2. The underwater thruster control method based on multi-parameter fusion according to claim 1, wherein The multimodal data is dispersedly filtered and then fused to obtain target multimodal data, including: Preprocessing the multimodal data to obtain preprocessed data; Extracting water flow data and terrain data from the preprocessed data; According to the data characteristics of water flow data and terrain data, Kalman filter algorithm and Gaussian filter algorithm are used to eliminate abnormal values respectively; Perform data registration on the filtered water flow data and terrain data; The weighted average algorithm is used to fuse the data after data registration; The weighted average algorithm is: Where S is the weighted average, n is the data point, x i is the value of the i-th data point, and w i is the weight of the i-th data point; The compared fused data is verified, and when it is determined that the data verification passes, the data is smoothed and then the target multimodal data is output.

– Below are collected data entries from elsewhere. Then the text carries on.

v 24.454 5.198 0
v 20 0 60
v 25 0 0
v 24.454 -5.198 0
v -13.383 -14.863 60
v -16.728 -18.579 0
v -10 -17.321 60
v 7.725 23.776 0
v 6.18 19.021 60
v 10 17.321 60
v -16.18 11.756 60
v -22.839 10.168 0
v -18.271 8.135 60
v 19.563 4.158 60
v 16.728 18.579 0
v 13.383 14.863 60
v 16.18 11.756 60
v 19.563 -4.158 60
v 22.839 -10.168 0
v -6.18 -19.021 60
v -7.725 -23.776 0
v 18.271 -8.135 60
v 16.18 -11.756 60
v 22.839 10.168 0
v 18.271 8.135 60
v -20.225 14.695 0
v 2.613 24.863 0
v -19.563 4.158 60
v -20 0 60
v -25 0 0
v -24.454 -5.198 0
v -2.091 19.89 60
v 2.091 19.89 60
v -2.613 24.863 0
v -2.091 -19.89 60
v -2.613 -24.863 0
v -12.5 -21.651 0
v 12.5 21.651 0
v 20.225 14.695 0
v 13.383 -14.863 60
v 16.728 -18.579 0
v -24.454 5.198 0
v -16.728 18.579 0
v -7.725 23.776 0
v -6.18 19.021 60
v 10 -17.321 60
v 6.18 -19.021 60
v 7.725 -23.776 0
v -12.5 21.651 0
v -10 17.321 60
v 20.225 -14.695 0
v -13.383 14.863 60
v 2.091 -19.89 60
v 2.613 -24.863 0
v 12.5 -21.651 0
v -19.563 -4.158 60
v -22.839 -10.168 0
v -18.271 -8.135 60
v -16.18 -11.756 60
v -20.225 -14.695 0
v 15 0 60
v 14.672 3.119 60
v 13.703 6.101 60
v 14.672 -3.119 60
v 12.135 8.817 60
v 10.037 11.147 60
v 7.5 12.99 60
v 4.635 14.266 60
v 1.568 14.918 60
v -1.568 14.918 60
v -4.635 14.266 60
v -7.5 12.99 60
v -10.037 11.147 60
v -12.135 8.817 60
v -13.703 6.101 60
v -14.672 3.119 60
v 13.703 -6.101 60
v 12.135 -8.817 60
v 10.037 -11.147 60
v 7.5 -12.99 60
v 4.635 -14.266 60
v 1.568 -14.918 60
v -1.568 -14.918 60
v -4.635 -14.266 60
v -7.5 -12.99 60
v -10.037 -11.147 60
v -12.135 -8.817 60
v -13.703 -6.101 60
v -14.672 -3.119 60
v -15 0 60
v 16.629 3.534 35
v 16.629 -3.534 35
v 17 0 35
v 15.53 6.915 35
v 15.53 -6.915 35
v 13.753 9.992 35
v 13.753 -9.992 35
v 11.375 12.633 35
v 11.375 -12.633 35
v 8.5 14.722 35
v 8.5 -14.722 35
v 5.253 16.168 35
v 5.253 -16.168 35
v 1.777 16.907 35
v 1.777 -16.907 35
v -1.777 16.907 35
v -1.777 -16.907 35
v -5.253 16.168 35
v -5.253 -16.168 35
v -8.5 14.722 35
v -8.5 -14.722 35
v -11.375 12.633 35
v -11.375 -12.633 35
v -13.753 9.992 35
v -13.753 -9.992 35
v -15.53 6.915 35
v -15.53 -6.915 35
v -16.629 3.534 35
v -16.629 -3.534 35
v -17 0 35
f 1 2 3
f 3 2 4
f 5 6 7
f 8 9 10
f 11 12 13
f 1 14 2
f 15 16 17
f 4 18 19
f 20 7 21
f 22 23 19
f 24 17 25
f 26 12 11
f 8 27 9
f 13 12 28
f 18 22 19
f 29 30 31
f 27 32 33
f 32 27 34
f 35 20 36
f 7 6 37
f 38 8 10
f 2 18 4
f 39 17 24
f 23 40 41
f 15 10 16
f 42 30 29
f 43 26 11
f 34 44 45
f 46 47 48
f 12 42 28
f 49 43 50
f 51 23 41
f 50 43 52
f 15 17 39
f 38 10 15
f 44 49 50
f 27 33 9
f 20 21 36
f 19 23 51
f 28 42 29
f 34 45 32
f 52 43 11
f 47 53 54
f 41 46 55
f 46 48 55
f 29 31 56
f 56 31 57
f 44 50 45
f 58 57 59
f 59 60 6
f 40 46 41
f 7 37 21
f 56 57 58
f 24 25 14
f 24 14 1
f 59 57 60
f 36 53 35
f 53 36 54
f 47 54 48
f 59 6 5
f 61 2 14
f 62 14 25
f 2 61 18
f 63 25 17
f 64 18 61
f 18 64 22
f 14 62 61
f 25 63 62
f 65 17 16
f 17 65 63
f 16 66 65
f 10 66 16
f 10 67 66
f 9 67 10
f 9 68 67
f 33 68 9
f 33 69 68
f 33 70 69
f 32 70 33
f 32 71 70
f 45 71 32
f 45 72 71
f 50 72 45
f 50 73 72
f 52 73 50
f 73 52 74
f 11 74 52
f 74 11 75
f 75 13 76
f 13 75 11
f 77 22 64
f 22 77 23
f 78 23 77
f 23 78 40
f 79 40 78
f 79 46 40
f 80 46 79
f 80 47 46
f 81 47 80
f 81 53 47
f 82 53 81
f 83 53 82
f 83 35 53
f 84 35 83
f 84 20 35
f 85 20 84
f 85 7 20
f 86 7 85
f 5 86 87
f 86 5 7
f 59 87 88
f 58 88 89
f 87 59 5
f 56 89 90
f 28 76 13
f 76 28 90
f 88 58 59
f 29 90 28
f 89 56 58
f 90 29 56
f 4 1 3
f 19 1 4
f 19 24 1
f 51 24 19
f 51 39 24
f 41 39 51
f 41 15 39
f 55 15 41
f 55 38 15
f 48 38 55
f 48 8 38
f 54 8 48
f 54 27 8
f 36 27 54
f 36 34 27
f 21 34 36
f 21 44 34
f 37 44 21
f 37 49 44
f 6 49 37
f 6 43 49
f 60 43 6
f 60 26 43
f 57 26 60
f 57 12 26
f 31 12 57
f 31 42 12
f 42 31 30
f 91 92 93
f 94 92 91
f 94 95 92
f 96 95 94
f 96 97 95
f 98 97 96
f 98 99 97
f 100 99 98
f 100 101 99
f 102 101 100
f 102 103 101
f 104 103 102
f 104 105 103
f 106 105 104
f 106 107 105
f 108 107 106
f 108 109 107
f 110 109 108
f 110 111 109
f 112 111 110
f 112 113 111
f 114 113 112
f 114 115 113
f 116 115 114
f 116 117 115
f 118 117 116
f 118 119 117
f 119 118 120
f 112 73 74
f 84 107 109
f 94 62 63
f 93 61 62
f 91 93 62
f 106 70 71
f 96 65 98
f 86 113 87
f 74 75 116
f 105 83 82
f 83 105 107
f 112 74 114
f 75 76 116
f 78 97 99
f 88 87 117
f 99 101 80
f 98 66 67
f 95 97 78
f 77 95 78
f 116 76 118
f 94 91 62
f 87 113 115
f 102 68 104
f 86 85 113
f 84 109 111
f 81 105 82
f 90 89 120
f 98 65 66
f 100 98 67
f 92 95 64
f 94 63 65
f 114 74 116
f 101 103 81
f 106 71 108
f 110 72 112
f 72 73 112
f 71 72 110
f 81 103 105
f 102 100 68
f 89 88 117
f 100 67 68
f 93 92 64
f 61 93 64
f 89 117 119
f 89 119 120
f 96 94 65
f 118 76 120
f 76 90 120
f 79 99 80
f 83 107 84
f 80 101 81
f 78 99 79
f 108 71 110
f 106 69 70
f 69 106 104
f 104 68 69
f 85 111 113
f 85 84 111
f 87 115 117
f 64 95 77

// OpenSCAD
leg_height = 60;
leg_base = 25;
leg_top = 20;

inset_height = 25;
inset_base = 17;
inset_top = 15;

difference() {
    cylinder(leg_height, leg_base, leg_top, false);
    translate([0, 0, leg_height - inset_height])
    cylinder(inset_height, inset_base, inset_top, false);
}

3. The underwater thruster control method based on multi-parameter fusion according to claim 1, characterized in that Based on the target multimodal data, a multimodal neural network model is constructed through a temporal attention mechanism, including: Extracting numerical, spatial and temporal features from the target multimodal data and converting them into a vector of uniform dimension; Arranging the uniform dimension vectors in time series to obtain a feature matrix; According to the data characteristics of the feature matrix, a multimodal neural network model is constructed using a temporal attention mechanism.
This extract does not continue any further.